Stored data entries:
------------------------

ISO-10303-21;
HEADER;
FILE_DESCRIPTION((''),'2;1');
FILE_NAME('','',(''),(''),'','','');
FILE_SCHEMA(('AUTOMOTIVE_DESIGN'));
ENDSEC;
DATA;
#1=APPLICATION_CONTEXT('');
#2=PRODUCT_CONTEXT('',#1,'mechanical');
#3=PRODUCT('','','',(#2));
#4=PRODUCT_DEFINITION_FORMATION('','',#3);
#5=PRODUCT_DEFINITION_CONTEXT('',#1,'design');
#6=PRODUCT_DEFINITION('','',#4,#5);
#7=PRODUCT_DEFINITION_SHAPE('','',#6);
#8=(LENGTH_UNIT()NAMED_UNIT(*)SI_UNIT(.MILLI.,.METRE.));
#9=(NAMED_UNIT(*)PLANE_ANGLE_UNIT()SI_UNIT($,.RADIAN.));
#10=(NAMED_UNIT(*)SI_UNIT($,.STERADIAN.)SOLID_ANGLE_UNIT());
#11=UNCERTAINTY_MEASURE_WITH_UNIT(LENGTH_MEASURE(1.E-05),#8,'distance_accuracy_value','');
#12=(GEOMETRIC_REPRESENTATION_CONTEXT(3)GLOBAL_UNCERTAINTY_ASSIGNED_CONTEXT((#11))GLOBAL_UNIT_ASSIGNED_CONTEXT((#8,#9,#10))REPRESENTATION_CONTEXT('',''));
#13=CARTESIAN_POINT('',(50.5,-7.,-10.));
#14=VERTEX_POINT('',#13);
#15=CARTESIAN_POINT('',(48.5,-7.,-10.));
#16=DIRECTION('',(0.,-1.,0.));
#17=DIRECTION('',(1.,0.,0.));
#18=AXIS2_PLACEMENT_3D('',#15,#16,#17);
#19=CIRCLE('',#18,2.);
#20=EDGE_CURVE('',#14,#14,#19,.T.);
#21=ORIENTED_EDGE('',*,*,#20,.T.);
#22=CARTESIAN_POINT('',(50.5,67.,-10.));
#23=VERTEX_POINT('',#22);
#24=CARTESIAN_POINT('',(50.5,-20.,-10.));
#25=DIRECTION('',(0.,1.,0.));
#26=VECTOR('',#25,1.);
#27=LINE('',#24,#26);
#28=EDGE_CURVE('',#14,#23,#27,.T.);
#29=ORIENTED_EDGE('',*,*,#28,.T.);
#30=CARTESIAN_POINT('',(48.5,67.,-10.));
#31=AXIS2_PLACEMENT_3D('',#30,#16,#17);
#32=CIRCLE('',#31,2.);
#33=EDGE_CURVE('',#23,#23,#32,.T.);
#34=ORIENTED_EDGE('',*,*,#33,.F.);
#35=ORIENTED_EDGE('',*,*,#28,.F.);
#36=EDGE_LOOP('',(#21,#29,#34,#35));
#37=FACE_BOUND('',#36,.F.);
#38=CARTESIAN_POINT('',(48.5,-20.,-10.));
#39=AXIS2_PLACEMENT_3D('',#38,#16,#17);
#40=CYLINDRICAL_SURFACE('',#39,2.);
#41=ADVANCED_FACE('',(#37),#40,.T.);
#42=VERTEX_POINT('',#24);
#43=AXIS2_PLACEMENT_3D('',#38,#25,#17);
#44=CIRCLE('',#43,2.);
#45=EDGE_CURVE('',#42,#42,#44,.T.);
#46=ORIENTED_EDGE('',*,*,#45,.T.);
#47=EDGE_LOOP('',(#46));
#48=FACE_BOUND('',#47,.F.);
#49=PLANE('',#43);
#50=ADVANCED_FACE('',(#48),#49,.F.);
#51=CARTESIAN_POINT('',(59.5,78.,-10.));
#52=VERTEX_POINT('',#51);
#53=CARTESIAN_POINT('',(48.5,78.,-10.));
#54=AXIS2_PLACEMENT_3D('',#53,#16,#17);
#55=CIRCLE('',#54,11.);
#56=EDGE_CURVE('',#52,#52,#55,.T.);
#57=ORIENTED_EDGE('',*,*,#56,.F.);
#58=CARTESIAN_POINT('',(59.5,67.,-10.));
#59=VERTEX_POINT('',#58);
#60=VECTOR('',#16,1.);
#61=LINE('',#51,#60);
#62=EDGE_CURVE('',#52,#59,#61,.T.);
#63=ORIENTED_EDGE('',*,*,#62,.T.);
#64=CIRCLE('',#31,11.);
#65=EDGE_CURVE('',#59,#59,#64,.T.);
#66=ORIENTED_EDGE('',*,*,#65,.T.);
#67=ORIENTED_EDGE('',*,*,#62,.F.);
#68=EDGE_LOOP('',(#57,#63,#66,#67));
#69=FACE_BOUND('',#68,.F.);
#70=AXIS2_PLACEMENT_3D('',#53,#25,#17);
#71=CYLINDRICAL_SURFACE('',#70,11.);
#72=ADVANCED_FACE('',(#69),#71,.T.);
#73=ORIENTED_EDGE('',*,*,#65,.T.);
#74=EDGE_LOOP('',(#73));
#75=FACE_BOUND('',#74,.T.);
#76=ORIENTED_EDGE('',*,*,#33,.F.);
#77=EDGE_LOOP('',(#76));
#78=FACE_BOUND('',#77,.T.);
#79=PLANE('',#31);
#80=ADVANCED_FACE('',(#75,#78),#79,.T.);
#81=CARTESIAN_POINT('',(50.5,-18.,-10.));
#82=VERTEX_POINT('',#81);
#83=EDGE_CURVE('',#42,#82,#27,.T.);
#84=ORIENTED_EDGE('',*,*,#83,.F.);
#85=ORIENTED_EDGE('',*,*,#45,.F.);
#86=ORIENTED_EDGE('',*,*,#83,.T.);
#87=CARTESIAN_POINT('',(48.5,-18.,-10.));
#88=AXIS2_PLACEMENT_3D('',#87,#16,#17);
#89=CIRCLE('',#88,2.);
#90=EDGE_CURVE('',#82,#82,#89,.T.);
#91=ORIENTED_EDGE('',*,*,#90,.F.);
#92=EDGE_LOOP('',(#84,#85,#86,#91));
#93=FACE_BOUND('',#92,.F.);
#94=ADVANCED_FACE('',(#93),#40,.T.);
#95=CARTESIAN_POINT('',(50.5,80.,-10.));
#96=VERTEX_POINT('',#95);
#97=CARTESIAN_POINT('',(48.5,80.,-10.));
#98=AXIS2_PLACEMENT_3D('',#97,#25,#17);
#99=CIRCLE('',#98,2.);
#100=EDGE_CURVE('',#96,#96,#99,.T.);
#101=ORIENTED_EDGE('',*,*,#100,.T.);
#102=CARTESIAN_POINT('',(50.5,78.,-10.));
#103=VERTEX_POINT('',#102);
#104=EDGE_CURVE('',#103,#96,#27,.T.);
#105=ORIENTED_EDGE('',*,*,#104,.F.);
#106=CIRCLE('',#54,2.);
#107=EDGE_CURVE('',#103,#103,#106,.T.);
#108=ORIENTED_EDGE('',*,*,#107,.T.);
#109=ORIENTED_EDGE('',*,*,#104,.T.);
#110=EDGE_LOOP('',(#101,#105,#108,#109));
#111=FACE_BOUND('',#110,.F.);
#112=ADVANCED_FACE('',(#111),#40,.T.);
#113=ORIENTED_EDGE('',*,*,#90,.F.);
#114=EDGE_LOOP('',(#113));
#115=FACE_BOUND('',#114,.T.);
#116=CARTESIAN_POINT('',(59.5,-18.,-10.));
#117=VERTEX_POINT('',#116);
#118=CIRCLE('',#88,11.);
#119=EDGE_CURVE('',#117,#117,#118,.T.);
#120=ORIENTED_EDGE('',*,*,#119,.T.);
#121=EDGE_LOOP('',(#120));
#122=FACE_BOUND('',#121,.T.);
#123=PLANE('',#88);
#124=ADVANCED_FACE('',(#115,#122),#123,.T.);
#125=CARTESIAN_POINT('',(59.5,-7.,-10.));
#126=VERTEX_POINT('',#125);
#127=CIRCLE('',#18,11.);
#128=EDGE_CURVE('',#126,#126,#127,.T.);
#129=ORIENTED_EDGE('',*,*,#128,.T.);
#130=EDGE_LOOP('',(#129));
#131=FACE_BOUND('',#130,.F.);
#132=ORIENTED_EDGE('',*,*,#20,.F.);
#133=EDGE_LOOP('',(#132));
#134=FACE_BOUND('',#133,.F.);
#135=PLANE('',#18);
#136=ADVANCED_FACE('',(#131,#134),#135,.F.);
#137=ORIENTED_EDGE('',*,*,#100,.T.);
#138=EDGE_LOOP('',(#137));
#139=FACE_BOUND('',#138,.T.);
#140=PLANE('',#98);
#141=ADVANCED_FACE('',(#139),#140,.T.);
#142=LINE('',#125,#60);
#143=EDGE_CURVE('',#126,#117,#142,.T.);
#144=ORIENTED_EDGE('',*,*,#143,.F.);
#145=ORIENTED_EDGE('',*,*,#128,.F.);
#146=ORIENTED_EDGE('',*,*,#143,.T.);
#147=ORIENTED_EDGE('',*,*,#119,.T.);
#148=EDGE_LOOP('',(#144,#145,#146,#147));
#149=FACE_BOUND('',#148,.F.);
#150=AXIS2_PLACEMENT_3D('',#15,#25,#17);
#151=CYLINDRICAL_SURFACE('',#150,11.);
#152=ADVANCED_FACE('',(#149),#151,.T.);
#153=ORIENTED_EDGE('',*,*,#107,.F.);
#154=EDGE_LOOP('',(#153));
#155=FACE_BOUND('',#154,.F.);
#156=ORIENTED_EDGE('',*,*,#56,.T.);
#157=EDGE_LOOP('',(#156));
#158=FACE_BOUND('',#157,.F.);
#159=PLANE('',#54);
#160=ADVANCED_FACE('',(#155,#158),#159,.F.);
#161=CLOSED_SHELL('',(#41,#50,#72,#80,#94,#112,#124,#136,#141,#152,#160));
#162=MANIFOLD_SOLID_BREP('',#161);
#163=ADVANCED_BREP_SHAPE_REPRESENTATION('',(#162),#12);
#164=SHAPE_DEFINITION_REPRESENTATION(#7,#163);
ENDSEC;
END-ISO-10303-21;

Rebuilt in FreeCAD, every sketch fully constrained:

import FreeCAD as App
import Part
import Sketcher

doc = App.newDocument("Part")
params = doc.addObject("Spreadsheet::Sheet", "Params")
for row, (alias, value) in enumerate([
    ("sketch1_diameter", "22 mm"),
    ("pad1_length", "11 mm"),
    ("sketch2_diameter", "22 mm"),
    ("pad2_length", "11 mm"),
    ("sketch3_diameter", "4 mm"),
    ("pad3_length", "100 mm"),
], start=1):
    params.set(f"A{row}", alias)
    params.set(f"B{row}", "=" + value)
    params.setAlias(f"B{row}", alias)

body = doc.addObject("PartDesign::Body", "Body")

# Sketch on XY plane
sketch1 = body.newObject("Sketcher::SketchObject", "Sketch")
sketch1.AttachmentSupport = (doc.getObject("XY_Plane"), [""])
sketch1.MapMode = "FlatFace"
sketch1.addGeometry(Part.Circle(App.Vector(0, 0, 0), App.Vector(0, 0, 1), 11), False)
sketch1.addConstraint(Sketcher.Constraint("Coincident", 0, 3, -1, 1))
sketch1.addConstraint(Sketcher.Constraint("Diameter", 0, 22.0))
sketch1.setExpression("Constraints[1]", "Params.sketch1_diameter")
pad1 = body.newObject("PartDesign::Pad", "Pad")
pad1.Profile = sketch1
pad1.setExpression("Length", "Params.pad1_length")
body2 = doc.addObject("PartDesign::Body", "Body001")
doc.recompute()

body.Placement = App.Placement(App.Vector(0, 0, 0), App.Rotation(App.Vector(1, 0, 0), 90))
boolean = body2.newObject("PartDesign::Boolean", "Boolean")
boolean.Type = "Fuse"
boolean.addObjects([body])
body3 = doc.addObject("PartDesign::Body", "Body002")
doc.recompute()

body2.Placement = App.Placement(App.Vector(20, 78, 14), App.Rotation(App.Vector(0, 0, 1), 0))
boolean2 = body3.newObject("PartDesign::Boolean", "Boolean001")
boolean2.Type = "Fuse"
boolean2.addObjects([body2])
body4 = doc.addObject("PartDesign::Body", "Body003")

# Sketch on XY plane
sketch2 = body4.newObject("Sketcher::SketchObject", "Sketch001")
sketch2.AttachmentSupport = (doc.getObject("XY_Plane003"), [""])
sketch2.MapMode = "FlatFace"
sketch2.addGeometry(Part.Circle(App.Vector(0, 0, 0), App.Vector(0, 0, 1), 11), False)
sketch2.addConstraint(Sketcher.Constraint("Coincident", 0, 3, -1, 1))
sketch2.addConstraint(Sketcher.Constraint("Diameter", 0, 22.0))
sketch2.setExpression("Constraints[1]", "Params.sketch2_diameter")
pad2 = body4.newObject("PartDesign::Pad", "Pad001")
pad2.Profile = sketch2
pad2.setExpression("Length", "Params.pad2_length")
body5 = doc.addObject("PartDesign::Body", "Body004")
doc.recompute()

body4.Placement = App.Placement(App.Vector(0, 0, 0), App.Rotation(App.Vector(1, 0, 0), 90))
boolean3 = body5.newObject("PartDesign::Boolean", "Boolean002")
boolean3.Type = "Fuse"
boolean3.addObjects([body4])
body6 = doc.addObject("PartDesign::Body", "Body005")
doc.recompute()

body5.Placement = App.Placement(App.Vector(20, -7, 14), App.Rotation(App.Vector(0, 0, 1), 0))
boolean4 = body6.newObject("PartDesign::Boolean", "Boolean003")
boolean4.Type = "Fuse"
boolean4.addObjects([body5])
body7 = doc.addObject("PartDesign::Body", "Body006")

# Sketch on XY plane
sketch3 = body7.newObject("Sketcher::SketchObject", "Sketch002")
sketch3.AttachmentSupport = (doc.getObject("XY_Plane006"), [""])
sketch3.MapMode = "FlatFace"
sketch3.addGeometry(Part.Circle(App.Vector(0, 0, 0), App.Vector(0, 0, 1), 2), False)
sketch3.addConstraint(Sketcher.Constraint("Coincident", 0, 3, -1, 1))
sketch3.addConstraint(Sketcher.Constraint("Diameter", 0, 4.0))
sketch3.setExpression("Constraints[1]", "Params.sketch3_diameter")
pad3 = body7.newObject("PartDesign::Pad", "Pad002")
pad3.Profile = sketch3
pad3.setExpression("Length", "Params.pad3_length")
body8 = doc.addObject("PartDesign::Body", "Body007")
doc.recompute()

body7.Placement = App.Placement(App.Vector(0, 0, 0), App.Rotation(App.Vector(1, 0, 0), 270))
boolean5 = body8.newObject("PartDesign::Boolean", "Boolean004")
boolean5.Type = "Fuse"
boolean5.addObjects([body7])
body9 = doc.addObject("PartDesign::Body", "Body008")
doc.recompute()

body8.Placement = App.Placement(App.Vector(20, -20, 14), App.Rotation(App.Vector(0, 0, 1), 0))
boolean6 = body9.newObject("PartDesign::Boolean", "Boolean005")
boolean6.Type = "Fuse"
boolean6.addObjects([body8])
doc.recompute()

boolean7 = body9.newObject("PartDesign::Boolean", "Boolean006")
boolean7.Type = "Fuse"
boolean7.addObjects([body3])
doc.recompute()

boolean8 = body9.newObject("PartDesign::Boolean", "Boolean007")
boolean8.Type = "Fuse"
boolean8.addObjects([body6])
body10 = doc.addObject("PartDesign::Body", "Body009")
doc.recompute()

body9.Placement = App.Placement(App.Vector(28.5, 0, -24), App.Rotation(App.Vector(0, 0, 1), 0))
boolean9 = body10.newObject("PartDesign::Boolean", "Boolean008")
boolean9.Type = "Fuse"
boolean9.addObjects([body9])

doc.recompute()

------------------------

Required work:
Look above for the line with "#118=CIRCLE('',#88,11.);" and the line with "Rebuilt in FreeCAD, every". Write out those two lines and all the lines between them, exactly, and no others.

Solution below:
#118=CIRCLE('',#88,11.);
#119=EDGE_CURVE('',#117,#117,#118,.T.);
#120=ORIENTED_EDGE('',*,*,#119,.T.);
#121=EDGE_LOOP('',(#120));
#122=FACE_BOUND('',#121,.T.);
#123=PLANE('',#88);
#124=ADVANCED_FACE('',(#115,#122),#123,.T.);
#125=CARTESIAN_POINT('',(59.5,-7.,-10.));
#126=VERTEX_POINT('',#125);
#127=CIRCLE('',#18,11.);
#128=EDGE_CURVE('',#126,#126,#127,.T.);
#129=ORIENTED_EDGE('',*,*,#128,.T.);
#130=EDGE_LOOP('',(#129));
#131=FACE_BOUND('',#130,.F.);
#132=ORIENTED_EDGE('',*,*,#20,.F.);
#133=EDGE_LOOP('',(#132));
#134=FACE_BOUND('',#133,.F.);
#135=PLANE('',#18);
#136=ADVANCED_FACE('',(#131,#134),#135,.F.);
#137=ORIENTED_EDGE('',*,*,#100,.T.);
#138=EDGE_LOOP('',(#137));
#139=FACE_BOUND('',#138,.T.);
#140=PLANE('',#98);
#141=ADVANCED_FACE('',(#139),#140,.T.);
#142=LINE('',#125,#60);
#143=EDGE_CURVE('',#126,#117,#142,.T.);
#144=ORIENTED_EDGE('',*,*,#143,.F.);
#145=ORIENTED_EDGE('',*,*,#128,.F.);
#146=ORIENTED_EDGE('',*,*,#143,.T.);
#147=ORIENTED_EDGE('',*,*,#119,.T.);
#148=EDGE_LOOP('',(#144,#145,#146,#147));
#149=FACE_BOUND('',#148,.F.);
#150=AXIS2_PLACEMENT_3D('',#15,#25,#17);
#151=CYLINDRICAL_SURFACE('',#150,11.);
#152=ADVANCED_FACE('',(#149),#151,.T.);
#153=ORIENTED_EDGE('',*,*,#107,.F.);
#154=EDGE_LOOP('',(#153));
#155=FACE_BOUND('',#154,.F.);
#156=ORIENTED_EDGE('',*,*,#56,.T.);
#157=EDGE_LOOP('',(#156));
#158=FACE_BOUND('',#157,.F.);
#159=PLANE('',#54);
#160=ADVANCED_FACE('',(#155,#158),#159,.F.);
#161=CLOSED_SHELL('',(#41,#50,#72,#80,#94,#112,#124,#136,#141,#152,#160));
#162=MANIFOLD_SOLID_BREP('',#161);
#163=ADVANCED_BREP_SHAPE_REPRESENTATION('',(#162),#12);
#164=SHAPE_DEFINITION_REPRESENTATION(#7,#163);
ENDSEC;
END-ISO-10303-21;

Rebuilt in FreeCAD, every sketch fully constrained:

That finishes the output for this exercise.